# Negril.com Message Board Forums > Living in Jamaica >  Jamaica and negril as an Expat destination.   Choose or not to choose?.

## Tattoo

What are your feelings on negril and jamaica being a destination for ex pats? And why?.Costa rica has boomed and busted, panama too, Where does jamaica stand?.Would you suggest it to a fellow expat? would it be on your destination list to consider?.Respect.

----------


## brasi

It IS on mine. ETA 2020.

----------


## Marko

think you'll find most people find other destinations that are less expensive than Jamaica.......
which is one of the biggest reasons they choose a country to retire in.......
thus the expat community isn't nearly as big in Jamaica as say the DR or in Thailand etc...

Cool Runnings, Marko

----------


## kim&betty

I do indeed love mi sum jamaica, and would enjoy living there, but it's costly to maintain a US standard of living. Panama is still #1 with government perks available to retired seniors, #2 Ecuador with government perks/low cost health insurance/housing, #3 Dominican Republic low cost everyting (except ganga it's very $$$ expensive). We are going to check out Ecuador, very temperate in the mountains, and vacation in Negril!

----------


## Jbizek

This is my husbands and I dream, to retire to JA. We're hoping to buy some land in the next 10 years or so.
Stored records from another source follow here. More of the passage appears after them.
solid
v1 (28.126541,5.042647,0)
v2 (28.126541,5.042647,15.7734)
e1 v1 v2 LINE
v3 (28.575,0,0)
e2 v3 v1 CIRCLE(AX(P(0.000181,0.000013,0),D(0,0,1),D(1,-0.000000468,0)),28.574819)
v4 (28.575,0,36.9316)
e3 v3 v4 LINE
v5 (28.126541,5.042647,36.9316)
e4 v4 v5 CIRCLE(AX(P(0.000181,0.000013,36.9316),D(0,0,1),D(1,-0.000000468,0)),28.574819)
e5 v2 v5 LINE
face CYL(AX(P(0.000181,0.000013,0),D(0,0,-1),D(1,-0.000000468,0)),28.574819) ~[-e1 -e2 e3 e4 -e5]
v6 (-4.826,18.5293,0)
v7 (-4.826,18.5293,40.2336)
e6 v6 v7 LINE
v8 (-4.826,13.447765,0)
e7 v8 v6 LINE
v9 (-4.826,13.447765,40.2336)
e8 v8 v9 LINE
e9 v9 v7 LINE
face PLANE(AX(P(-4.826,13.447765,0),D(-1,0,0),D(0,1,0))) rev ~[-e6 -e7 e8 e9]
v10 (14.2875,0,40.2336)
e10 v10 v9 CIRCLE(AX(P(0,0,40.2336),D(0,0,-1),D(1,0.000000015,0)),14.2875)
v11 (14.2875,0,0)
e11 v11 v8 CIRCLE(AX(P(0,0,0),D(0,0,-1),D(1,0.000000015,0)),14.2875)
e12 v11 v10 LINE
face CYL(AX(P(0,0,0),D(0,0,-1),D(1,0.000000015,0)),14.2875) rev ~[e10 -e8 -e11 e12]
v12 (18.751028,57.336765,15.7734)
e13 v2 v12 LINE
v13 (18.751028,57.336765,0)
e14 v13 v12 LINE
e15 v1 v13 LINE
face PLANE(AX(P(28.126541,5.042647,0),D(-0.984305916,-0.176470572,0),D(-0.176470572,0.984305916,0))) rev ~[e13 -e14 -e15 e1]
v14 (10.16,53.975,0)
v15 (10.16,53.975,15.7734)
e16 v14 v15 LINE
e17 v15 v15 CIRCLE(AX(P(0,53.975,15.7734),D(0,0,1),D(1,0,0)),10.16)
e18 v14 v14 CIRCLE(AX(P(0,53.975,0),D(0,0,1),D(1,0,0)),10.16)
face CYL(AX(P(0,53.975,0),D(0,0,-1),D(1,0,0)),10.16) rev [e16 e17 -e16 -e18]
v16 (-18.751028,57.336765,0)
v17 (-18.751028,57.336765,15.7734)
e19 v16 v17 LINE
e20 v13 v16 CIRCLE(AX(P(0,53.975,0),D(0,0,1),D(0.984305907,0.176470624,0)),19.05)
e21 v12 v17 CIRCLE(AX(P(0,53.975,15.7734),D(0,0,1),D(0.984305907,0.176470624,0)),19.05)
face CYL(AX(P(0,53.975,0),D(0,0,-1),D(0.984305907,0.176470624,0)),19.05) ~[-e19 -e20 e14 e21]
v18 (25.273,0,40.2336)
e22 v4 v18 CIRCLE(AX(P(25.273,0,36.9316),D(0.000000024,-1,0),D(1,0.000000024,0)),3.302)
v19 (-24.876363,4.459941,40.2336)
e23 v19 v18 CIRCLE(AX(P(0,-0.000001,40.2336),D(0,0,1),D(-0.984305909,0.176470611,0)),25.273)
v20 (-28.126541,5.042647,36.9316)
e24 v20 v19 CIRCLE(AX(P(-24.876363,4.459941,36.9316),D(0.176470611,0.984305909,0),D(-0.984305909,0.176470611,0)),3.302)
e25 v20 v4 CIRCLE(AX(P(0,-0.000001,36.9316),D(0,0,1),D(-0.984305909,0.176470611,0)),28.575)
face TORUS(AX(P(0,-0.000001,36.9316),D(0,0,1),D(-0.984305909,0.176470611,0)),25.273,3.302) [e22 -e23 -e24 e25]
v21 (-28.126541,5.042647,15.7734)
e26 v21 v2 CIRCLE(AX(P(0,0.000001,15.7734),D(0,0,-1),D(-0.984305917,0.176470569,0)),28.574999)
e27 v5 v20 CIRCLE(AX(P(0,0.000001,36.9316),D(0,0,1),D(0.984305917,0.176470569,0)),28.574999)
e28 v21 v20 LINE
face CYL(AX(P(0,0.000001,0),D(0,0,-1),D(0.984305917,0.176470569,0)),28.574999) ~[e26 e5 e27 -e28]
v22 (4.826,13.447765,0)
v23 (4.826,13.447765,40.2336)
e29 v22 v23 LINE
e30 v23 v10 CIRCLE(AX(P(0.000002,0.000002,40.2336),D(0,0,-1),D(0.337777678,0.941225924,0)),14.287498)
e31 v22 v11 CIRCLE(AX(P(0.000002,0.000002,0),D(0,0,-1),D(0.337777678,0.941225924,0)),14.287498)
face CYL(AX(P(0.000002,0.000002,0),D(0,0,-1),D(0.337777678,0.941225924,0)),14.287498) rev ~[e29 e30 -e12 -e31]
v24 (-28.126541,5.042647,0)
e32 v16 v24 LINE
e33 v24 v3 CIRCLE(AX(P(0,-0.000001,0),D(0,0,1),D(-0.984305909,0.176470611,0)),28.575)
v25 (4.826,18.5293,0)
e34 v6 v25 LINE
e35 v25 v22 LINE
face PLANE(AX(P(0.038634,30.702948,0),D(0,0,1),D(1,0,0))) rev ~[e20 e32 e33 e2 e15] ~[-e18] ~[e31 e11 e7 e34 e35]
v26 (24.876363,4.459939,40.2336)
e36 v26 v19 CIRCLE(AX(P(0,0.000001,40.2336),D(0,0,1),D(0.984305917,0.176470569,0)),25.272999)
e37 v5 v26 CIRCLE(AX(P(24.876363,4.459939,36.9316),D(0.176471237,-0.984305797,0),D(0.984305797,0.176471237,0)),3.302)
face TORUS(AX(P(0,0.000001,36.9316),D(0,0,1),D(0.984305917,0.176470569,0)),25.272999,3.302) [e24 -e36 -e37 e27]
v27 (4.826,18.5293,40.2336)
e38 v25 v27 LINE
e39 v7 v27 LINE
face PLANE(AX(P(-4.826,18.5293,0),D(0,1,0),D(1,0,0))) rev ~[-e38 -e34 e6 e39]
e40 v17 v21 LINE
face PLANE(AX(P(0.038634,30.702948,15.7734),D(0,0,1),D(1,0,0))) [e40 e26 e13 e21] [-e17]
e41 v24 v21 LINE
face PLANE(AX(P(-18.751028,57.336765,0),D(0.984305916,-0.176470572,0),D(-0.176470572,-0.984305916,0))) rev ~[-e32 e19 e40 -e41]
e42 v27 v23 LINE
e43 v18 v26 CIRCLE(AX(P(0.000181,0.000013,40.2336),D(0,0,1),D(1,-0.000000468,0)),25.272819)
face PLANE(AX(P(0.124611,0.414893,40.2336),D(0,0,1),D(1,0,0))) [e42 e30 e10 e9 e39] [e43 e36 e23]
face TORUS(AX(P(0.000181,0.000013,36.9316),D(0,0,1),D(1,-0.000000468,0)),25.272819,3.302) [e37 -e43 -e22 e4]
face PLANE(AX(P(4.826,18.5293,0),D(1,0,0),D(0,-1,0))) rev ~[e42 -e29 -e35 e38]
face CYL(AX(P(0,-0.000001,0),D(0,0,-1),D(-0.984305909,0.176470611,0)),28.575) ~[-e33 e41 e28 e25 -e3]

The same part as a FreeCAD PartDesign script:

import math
import FreeCAD as App
import Part
import Sketcher
Q = App.Units.Quantity


def edges_at(feature, points):
    """Names of the edges that pass closest to the given points."""
    edges = feature.Shape.Edges
    near = lambda p: min(range(len(edges)), key=lambda i: edges[i].distToShape(Part.Vertex(*p))[0])
    return sorted({f"Edge{near(p) + 1}" for p in points})

doc = App.newDocument("Part")
body = doc.addObject("PartDesign::Body", "Body")

# Sketch on XY plane
sketch1 = body.newObject("Sketcher::SketchObject", "Sketch")
sketch1.AttachmentSupport = (doc.getObject("XY_Plane"), [""])
sketch1.MapMode = "FlatFace"
sketch1.addGeometry([
    Part.ArcOfCircle(Part.Circle(App.Vector(0, -0.000001, 0), App.Vector(0, 0, 1), 28.575), math.radians(169.83575), math.radians(360.000001)),  # 0
    Part.ArcOfCircle(Part.Circle(App.Vector(0.000181, 0.000013, 0), App.Vector(0, 0, 1), 28.574819), math.radians(-0.000027), math.radians(10.164286)),  # 1
    Part.ArcOfCircle(Part.Circle(App.Vector(0, 0.000001, 0), App.Vector(0, 0, 1), 28.574999), math.radians(10.164248), math.radians(169.835752)),  # 2
    Part.LineSegment(App.Vector(4.826, 18.5293, 0), App.Vector(4.826, 13.447765, 0)),  # 3
    Part.ArcOfCircle(Part.Circle(App.Vector(0.000002, 0.000002, 0), App.Vector(0, 0, 1), 14.287498), math.radians(-0.000007), math.radians(70.258464)),  # 4
    Part.ArcOfCircle(Part.Circle(App.Vector(0, 0, 0), App.Vector(0, 0, 1), 14.2875), math.radians(109.741541), math.radians(360.000001)),  # 5
    Part.LineSegment(App.Vector(-4.826, 13.447765, 0), App.Vector(-4.826, 18.5293, 0)),  # 6
    Part.LineSegment(App.Vector(-4.826, 18.5293, 0), App.Vector(4.826, 18.5293, 0)),  # 7
], False)
sketch1.addConstraint([
    Sketcher.Constraint("Coincident", 0, 2, 1, 1),
    Sketcher.Constraint("Coincident", 1, 2, 2, 1),
    Sketcher.Constraint("Coincident", 2, 2, 0, 1),
    Sketcher.Constraint("Coincident", 3, 2, 4, 2),
    Sketcher.Constraint("Coincident", 4, 1, 5, 2),
    Sketcher.Constraint("Coincident", 5, 1, 6, 1),
    Sketcher.Constraint("Coincident", 6, 2, 7, 1),
    Sketcher.Constraint("Coincident", 7, 2, 3, 1),
    Sketcher.Constraint("Vertical", 3),
    Sketcher.Constraint("Vertical", 6),
    Sketcher.Constraint("Horizontal", 7),
    Sketcher.Constraint("Coincident", 0, 3, -1, 1),
    Sketcher.Constraint("Coincident", 2, 3, -1, 1),
    Sketcher.Constraint("Coincident", 4, 3, -1, 1),
    Sketcher.Constraint("Coincident", 5, 3, -1, 1),
    Sketcher.Constraint("PointOnObject", 0, 2, -1),
    Sketcher.Constraint("PointOnObject", 4, 1, -1),
    Sketcher.Constraint("Radius", 0, Q("1.125 in")),
    Sketcher.Constraint("Radius", 4, Q("0.5624999 in")),
    Sketcher.Constraint("DistanceX", 7, 1, 7, 2, Q("0.38 in")),
    Sketcher.Constraint("DistanceX", -1, 1, 3, 2, Q("0.19 in")),
    Sketcher.Constraint("Radius", 1, Q("28.574819 mm")),
    Sketcher.Constraint("DistanceY", -1, 1, 6, 2, Q("0.7295 in")),
    Sketcher.Constraint("DistanceX", -1, 1, 1, 2, Q("28.126541 mm")),
    Sketcher.Constraint("DistanceX", 2, 2, -1, 1, Q("28.126541 mm")),
])
pad1 = body.newObject("PartDesign::Pad", "Pad")
pad1.Profile = sketch1
pad1.Length = Q("1.584 in")
doc.recompute()

fillet = body.newObject("PartDesign::Fillet", "Fillet")
fillet.Base = (pad1, edges_at(pad1, [(-2.531, -28.463, 40.234)]))
fillet.Radius = Q("0.13 in")

# Sketch on XY plane
sketch2 = body.newObject("Sketcher::SketchObject", "Sketch001")
sketch2.AttachmentSupport = (doc.getObject("XY_Plane"), [""])
sketch2.MapMode = "FlatFace"
sketch2.addGeometry([
    Part.ArcOfCircle(Part.Circle(App.Vector(0, 0, 0), App.Vector(0, 0, 1), 29), math.radians(10), math.radians(170)),  # 0
    Part.LineSegment(App.Vector(28, 5, 0), App.Vector(19, 57, 0)),  # 1
    Part.ArcOfCircle(Part.Circle(App.Vector(0, 54, 0), App.Vector(0, 0, 1), 19), math.radians(10), math.radians(170)),  # 2
    Part.LineSegment(App.Vector(-19, 57, 0), App.Vector(-28, 5, 0)),  # 3
    Part.Circle(App.Vector(0, 54, 0), App.Vector(0, 0, 1), 10),  # 4
], False)
sketch2.addConstraint([
    Sketcher.Constraint("Tangent", 0, 1, 1, 1),
    Sketcher.Constraint("Tangent", 1, 2, 2, 1),
    Sketcher.Constraint("Tangent", 2, 2, 3, 1),
    Sketcher.Constraint("Tangent", 3, 2, 0, 2),
    Sketcher.Constraint("Coincident", 0, 3, -1, 1),
    Sketcher.Constraint("Coincident", 4, 3, 2, 3),
    Sketcher.Constraint("PointOnObject", 2, 3, -2),
    Sketcher.Constraint("Diameter", 4, Q("0.8 in")),
    Sketcher.Constraint("Radius", 2, Q("0.75 in")),
    Sketcher.Constraint("Radius", 0, Q("1.125 in")),
    Sketcher.Constraint("DistanceY", -1, 1, 2, 3, Q("2.125 in")),
])
pad2 = body.newObject("PartDesign::Pad", "Pad001")
pad2.Profile = sketch2
pad2.Length = Q("0.621 in")

doc.recompute()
Once our youngest is in school full time I'm getting a part time job all that I earn will go to our retirement fund. We have taken up gardening and learned to compost with the goal of being to supply ourselves with some of our own foods. If we ever move out of the suburbs and get some land we intend to keep chickens and goats, all to prepare us for a simpler life in JA someday.
 I do hope our dreams are realized, I'd love to spend my golden years giving back to the Jamaican community.

----------


## goldilocks

Thanks for the links dbrook.

I intend to live in Jamaica, but I do not maintain a "US standard of living" in the US, LOL - I intend to live up quietly and practically and enjoy the fruits of Jamaica.  The random crime has made me adjust my plans a bit.

----------


## SweetSue

> It IS on mine. ETA 2020.


You been reading my mind?  2020 is my deadline... sooner may come but def something by then.

----------


## Bnewb

Dbrook...make sure to get confirmation on the info that is coming out of that site you posted.
The very first question I read was answered incorrectly.
[A poster asked if there was an income requirement to live in Jamaica & someone responded that there was no income requirement. This information is wrong.]
I haven't read any further yet...not sure that I want to.

----------


## Vince

If anybody knows,Bnewb can get the correct answer this nice lady knows!!! :Big Grin: _Good Luck!

----------